Task:
When you find the line with "#22=EDGE_LOOP('',(#21));" among the records below, reproduce it and each line after it exactly, ending with the line with "#34=FACE_BOUND('',#33,.T.);".

Entries taken from a collection:
--------------------

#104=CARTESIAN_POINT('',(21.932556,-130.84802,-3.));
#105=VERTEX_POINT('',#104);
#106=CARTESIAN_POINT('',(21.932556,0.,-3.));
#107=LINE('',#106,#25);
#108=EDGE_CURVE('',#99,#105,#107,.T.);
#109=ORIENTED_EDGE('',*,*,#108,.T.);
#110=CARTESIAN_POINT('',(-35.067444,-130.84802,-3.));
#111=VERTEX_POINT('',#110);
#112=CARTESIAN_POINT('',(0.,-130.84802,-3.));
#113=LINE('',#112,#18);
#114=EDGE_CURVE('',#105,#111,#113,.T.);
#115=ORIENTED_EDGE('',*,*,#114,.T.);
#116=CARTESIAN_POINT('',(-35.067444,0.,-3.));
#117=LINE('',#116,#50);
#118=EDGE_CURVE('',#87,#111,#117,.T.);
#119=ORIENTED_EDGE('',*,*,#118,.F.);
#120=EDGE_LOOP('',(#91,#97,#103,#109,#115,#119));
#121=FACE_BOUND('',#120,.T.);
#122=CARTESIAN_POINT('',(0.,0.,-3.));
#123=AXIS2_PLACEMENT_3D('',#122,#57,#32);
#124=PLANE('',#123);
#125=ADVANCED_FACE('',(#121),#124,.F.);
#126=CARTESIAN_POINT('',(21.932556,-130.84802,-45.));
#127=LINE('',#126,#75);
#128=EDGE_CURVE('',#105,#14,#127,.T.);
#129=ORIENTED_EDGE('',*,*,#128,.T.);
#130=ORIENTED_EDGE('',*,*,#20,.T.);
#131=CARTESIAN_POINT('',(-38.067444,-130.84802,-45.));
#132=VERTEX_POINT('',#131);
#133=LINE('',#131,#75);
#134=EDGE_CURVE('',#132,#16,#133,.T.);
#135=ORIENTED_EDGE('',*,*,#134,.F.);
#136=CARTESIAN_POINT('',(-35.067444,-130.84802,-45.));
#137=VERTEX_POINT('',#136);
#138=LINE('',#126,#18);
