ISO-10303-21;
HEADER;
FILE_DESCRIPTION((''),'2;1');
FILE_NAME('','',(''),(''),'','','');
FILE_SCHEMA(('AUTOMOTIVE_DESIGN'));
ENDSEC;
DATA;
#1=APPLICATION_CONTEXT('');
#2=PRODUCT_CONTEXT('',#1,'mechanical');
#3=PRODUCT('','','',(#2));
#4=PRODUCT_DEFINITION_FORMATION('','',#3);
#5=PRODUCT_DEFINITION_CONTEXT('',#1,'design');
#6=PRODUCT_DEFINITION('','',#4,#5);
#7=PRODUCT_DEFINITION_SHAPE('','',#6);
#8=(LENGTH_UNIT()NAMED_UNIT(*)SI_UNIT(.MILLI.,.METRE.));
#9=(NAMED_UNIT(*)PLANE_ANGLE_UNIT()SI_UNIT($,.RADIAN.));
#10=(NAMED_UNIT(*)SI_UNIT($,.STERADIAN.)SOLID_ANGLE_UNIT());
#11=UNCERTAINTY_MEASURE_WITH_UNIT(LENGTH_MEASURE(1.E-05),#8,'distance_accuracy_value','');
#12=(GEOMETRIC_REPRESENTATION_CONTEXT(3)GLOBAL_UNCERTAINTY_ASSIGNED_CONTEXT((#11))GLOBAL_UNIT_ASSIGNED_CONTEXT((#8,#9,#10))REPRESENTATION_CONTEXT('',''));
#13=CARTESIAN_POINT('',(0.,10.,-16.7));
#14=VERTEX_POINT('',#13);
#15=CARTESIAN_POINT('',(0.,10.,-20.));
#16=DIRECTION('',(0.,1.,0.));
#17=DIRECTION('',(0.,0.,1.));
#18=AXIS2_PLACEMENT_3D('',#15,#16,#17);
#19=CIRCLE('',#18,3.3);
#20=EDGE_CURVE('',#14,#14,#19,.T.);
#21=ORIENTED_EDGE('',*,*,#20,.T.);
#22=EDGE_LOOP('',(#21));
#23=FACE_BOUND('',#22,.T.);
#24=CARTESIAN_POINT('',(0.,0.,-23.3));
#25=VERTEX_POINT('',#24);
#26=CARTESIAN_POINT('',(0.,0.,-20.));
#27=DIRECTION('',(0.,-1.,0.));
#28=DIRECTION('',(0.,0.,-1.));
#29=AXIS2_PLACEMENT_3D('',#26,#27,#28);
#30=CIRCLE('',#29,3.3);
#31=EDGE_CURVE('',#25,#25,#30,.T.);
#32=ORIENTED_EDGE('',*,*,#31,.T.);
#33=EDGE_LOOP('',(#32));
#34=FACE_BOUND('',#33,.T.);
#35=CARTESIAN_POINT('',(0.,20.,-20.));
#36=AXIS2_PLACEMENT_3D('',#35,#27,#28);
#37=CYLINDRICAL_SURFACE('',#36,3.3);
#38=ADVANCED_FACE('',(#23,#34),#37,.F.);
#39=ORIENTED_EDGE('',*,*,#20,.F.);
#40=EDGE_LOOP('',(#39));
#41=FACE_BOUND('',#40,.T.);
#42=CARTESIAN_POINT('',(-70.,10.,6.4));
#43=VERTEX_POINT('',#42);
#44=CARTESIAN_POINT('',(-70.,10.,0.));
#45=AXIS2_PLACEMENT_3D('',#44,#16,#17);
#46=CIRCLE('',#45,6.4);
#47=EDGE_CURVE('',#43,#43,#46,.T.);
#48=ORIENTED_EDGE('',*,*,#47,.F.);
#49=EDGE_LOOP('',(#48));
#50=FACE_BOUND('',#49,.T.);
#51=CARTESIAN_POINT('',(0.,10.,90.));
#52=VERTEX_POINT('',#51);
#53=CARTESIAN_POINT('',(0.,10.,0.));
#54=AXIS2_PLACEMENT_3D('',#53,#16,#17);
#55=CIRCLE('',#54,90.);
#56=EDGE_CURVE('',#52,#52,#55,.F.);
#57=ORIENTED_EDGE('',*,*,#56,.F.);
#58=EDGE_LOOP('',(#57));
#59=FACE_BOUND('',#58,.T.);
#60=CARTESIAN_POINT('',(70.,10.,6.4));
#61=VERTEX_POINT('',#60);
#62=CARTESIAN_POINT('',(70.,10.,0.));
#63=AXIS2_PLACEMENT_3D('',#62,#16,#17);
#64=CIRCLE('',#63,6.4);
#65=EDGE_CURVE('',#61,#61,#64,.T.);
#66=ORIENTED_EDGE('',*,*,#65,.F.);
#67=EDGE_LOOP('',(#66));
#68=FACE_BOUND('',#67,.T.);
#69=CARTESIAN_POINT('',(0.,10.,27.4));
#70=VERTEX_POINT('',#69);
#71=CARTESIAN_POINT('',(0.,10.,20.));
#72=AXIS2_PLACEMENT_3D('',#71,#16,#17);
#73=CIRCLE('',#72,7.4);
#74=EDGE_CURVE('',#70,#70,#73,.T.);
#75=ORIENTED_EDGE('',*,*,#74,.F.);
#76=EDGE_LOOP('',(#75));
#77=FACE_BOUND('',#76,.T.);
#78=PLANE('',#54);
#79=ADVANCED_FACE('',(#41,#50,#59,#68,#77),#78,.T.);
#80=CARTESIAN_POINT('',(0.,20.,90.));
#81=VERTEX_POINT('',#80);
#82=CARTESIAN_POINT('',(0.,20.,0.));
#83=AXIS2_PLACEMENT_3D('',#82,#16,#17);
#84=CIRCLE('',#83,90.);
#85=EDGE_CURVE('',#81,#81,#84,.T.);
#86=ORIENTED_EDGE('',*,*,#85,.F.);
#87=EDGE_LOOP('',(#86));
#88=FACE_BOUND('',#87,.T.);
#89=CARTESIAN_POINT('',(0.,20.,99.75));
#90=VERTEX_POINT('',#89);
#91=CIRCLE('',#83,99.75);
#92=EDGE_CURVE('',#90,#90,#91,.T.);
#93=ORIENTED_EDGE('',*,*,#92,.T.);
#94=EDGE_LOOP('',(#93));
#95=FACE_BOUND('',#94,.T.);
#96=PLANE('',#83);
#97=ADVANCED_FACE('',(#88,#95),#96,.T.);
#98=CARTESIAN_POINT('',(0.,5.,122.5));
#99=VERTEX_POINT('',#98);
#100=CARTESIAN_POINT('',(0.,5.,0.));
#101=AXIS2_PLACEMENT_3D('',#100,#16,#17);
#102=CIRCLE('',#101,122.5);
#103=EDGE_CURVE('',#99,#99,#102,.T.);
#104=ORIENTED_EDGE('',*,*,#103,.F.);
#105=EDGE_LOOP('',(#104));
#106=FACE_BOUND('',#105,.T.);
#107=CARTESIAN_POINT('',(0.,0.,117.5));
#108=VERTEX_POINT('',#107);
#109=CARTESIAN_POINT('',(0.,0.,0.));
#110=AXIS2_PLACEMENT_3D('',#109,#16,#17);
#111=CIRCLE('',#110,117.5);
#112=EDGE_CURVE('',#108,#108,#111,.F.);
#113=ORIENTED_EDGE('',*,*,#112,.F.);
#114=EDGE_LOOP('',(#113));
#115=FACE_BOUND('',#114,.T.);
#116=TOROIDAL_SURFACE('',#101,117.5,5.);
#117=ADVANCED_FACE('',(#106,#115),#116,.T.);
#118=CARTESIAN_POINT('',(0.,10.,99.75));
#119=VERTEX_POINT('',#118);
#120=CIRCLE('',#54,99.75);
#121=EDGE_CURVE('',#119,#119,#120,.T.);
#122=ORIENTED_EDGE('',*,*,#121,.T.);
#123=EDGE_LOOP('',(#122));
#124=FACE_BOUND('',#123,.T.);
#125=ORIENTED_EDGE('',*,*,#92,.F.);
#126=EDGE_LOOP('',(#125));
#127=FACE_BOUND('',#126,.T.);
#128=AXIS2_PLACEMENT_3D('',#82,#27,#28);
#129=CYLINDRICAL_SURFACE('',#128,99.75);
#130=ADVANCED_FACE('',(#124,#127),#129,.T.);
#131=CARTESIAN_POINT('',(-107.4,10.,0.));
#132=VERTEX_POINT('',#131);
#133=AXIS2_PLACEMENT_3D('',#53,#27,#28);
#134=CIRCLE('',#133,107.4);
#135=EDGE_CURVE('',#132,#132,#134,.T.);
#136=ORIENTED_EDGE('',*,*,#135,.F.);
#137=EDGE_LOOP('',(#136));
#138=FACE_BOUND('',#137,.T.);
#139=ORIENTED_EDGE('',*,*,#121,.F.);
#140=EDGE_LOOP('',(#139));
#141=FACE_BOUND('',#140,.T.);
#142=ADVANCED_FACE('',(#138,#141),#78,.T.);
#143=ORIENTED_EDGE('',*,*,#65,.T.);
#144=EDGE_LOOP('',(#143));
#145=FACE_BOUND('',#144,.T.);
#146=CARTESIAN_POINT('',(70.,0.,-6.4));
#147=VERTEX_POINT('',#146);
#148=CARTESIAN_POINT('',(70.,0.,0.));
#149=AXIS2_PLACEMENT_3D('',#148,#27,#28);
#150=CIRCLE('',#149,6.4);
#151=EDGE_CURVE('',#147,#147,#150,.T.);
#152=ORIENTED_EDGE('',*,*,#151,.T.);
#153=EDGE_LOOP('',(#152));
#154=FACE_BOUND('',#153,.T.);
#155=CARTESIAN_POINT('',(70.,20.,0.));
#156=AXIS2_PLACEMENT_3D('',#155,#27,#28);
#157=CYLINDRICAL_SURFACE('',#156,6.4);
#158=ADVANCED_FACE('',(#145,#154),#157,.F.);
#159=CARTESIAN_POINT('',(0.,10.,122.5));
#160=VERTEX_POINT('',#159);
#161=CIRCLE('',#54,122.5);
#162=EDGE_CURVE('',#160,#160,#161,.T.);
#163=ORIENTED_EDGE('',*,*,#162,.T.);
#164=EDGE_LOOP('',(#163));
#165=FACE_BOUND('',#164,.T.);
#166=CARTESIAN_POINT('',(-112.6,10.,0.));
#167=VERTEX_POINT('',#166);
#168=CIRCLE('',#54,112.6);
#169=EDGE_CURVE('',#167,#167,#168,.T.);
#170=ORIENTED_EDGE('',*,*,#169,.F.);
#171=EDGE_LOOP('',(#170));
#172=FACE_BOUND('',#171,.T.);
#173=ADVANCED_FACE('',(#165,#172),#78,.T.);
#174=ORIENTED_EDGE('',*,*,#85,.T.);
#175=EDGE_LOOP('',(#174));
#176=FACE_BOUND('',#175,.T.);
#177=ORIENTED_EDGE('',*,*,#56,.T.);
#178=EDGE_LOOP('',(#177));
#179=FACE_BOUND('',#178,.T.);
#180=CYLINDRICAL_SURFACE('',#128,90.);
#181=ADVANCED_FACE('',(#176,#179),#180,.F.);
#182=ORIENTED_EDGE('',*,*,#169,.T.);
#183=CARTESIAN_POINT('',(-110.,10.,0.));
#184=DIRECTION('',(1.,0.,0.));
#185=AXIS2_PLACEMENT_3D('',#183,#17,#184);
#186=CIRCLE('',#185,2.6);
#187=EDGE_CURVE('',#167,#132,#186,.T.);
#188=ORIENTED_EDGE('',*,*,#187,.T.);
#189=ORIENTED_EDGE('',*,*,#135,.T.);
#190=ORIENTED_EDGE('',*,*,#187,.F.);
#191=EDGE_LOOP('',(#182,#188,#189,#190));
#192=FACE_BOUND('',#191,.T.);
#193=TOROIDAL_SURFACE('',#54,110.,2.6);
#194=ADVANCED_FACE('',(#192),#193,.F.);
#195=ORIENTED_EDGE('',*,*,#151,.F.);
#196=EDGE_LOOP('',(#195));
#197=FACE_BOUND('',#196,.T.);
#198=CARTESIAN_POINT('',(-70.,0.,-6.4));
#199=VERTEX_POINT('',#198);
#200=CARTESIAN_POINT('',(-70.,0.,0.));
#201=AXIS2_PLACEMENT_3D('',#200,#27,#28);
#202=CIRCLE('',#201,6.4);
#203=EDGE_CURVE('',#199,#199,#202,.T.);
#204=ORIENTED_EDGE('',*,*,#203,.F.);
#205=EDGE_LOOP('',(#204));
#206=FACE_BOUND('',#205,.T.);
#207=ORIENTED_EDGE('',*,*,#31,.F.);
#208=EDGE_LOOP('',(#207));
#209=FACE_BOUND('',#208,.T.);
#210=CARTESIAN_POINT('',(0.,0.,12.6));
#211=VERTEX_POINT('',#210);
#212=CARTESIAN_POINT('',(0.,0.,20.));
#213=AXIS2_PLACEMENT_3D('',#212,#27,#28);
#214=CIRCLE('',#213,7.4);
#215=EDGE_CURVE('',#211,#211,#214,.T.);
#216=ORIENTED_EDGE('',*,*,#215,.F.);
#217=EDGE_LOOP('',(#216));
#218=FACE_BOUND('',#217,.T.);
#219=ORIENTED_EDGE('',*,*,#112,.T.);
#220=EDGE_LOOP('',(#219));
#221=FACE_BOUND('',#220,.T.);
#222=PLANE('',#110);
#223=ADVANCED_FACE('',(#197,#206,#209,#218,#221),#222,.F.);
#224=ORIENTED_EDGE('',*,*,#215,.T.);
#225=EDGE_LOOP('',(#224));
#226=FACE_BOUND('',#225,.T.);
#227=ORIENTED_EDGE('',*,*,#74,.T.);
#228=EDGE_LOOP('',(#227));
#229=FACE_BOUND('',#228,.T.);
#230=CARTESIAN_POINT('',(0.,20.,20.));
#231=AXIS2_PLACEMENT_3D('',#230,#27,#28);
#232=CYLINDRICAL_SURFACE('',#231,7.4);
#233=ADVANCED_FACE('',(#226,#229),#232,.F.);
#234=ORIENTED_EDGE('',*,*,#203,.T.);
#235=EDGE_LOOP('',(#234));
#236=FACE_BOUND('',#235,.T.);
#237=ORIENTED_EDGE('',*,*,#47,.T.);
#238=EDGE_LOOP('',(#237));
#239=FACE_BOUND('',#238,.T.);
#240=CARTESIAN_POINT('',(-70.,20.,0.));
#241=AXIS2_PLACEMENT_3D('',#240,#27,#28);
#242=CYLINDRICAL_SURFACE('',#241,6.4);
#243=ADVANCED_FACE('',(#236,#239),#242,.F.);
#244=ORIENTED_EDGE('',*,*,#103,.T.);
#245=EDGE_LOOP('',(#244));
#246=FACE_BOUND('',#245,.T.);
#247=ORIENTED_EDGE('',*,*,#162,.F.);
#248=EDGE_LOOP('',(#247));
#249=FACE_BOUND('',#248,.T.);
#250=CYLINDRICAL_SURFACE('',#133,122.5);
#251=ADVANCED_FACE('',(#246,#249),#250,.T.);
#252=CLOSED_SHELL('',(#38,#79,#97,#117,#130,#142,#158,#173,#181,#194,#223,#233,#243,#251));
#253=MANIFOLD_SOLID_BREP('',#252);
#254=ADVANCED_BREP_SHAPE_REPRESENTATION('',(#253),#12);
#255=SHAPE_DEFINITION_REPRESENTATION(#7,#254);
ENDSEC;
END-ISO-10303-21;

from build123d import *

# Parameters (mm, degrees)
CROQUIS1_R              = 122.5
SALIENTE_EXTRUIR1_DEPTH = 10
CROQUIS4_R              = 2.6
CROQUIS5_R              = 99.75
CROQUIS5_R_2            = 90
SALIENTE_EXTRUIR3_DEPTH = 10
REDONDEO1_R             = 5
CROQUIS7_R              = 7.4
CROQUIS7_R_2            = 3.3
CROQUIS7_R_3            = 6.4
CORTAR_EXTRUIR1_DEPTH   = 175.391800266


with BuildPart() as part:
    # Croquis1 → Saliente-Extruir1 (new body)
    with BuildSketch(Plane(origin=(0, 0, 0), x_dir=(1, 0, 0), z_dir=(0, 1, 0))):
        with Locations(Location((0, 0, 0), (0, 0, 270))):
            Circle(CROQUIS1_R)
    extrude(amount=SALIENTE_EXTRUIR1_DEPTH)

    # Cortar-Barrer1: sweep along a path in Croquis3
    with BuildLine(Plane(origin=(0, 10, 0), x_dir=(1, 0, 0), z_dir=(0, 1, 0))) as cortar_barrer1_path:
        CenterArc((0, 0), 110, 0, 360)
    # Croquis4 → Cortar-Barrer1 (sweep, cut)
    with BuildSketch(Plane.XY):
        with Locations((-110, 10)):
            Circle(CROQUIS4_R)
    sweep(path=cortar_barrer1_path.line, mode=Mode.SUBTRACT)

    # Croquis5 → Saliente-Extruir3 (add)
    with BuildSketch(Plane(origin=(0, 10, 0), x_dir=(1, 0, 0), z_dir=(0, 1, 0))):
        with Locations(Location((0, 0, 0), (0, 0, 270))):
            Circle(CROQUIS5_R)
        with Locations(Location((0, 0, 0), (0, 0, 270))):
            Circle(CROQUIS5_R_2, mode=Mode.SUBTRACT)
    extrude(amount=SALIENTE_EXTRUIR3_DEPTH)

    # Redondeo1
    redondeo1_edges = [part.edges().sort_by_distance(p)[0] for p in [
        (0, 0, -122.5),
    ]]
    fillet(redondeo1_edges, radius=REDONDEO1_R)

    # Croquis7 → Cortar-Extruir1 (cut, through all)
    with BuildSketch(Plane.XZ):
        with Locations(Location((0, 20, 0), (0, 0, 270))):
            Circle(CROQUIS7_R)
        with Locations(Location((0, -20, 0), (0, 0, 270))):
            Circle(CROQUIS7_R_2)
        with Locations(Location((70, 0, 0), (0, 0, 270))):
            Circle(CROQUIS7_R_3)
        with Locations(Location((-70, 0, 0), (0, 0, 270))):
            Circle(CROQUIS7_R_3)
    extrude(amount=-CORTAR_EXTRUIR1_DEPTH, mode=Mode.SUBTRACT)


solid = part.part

--------------------

Your response:
#22=EDGE_LOOP('',(#21));
#23=FACE_BOUND('',#22,.T.);
#24=CARTESIAN_POINT('',(0.,0.,-23.3));
#25=VERTEX_POINT('',#24);
#26=CARTESIAN_POINT('',(0.,0.,-20.));
#27=DIRECTION('',(0.,-1.,0.));
#28=DIRECTION('',(0.,0.,-1.));
#29=AXIS2_PLACEMENT_3D('',#26,#27,#28);
#30=CIRCLE('',#29,3.3);
#31=EDGE_CURVE('',#25,#25,#30,.T.);
#32=ORIENTED_EDGE('',*,*,#31,.T.);
#33=EDGE_LOOP('',(#32));
#34=FACE_BOUND('',#33,.T.);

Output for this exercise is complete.